Justiça condena psicólogo a 55 anos por estupro de menores
Decisão aponta abusos contra três meninos em Valinhos entre 2023 e 2024; defesa recorre e caso tramita sob segredo de justiça
A justiça de São Paulo condenou, nesta terça, 26, o psicólogo infantil Rafael Ladenthin Menezes a 55 anos e 5 meses de prisão por estupro de vulneráveis.
Segundo a sentença, os crimes ocorreram durante sessões de terapia na clínica do profissional em Valinhos, na região de Campinas, e vitimaram três meninos de 11 a 13 anos. A decisão afirma que houve exploração da vulnerabilidade dos pacientes no contexto terapêutico.
De acordo com o processo, os abusos foram praticados em 2023 e 2024. A condenação considera relatos e provas reunidas pela investigação, que atribuíram a Menezes a autoria dos atos durante atendimentos. A justiça paulista também fixou pagamento de R$ 20 mil a título de indenização para cada uma das vítimas.
O condenado está preso preventivamente desde julho de 2024. A manutenção da custódia foi mencionada no contexto da execução provisória da pena após a decisão de primeira instância. O órgão judicial não detalhou, no documento, eventuais medidas adicionais de proteção às famílias.
A defesa de Rafael Ladenthin Menezes recorreu da decisão. No recurso, os advogados apontam possíveis nulidades processuais e alegam cerceamento de defesa. O tribunal não informou prazo para julgamento do recurso. Até a análise pela instância competente, permanecem válidos os termos da condenação.

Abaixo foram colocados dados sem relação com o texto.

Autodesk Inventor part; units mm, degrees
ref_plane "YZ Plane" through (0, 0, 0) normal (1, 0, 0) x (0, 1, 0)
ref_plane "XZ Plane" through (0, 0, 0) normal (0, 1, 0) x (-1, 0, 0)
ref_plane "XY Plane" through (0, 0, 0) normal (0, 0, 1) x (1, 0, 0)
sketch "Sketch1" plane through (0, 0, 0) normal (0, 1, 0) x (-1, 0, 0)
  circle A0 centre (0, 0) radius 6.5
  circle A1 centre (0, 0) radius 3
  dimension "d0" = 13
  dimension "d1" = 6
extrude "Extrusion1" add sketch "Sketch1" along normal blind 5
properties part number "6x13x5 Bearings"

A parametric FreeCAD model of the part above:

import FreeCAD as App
import Part
import Sketcher
from FreeCAD import Vector

doc = App.newDocument("Part")
params = doc.addObject("Spreadsheet::Sheet", "Params")
for row, (alias, value) in enumerate([
    ("sketch1_diameter", "13 mm"),
    ("sketch1_diameter2", "6 mm"),
    ("pad1_length", "5 mm"),
], start=1):
    params.set(f"A{row}", alias)
    params.set(f"B{row}", "=" + value)
    params.setAlias(f"B{row}", alias)

body = doc.addObject("PartDesign::Body", "Body")

sketch1 = body.newObject("Sketcher::SketchObject", "Sketch")
sketch1.AttachmentSupport = (doc.getObject("XZ_Plane"), [""])
sketch1.MapMode = "FlatFace"
sketch1.addGeometry([
    Part.Circle(Vector(0, 0, 0), Vector(0, 0, 1), 6.5),
    Part.Circle(Vector(0, 0, 0), Vector(0, 0, 1), 3),
], False)
sketch1.addConstraint([
    Sketcher.Constraint("Coincident", 0, 3, -1, 1),
    Sketcher.Constraint("Coincident", 1, 3, -1, 1),
    Sketcher.Constraint("Diameter", 0, 13.0),
    Sketcher.Constraint("Diameter", 1, 6.0),
])
sketch1.setExpression("Constraints[2]", "Params.sketch1_diameter")
sketch1.setExpression("Constraints[3]", "Params.sketch1_diameter2")
pad1 = body.newObject("PartDesign::Pad", "Pad")
pad1.Profile = sketch1
pad1.setExpression("Length", "Params.pad1_length")
pad1.Reversed = True

doc.recompute()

O caso tramita sob segredo de justiça. Por esse motivo, informações sensíveis dos autos não foram divulgadas publicamente. O sigilo foi aplicado em razão da natureza dos crimes e da idade das vítimas, conforme consta na decisão. Não há, no processo, divulgação de trechos de laudos ou de depoimentos que permitam identificar os meninos.
A sentença descreve que os crimes se deram no ambiente de consultório, durante atendimentos regulares. A justiça de São Paulo considerou que o vínculo terapêutico e a idade dos pacientes configuraram o cenário de vulnerabilidade. O texto da decisão enfatiza que a responsabilidade profissional foi usada para praticar os atos, o que reforçou a gravidade jurídica dos fatos.
Com a condenação, Menezes deverá cumprir pena privativa de liberdade e pagar as indenizações cíveis fixadas. A execução definitiva, no entanto, depende do trânsito em julgado, etapa não alcançada enquanto houver recursos pendentes. A justiça paulista não informou se haverá nova audiência para reavaliar as medidas cautelares.
As vítimas e suas famílias seguirão atendidas pelos canais de apoio previstos em lei, segundo a documentação judicial. A vara responsável não divulgou cronograma de próximos atos processuais.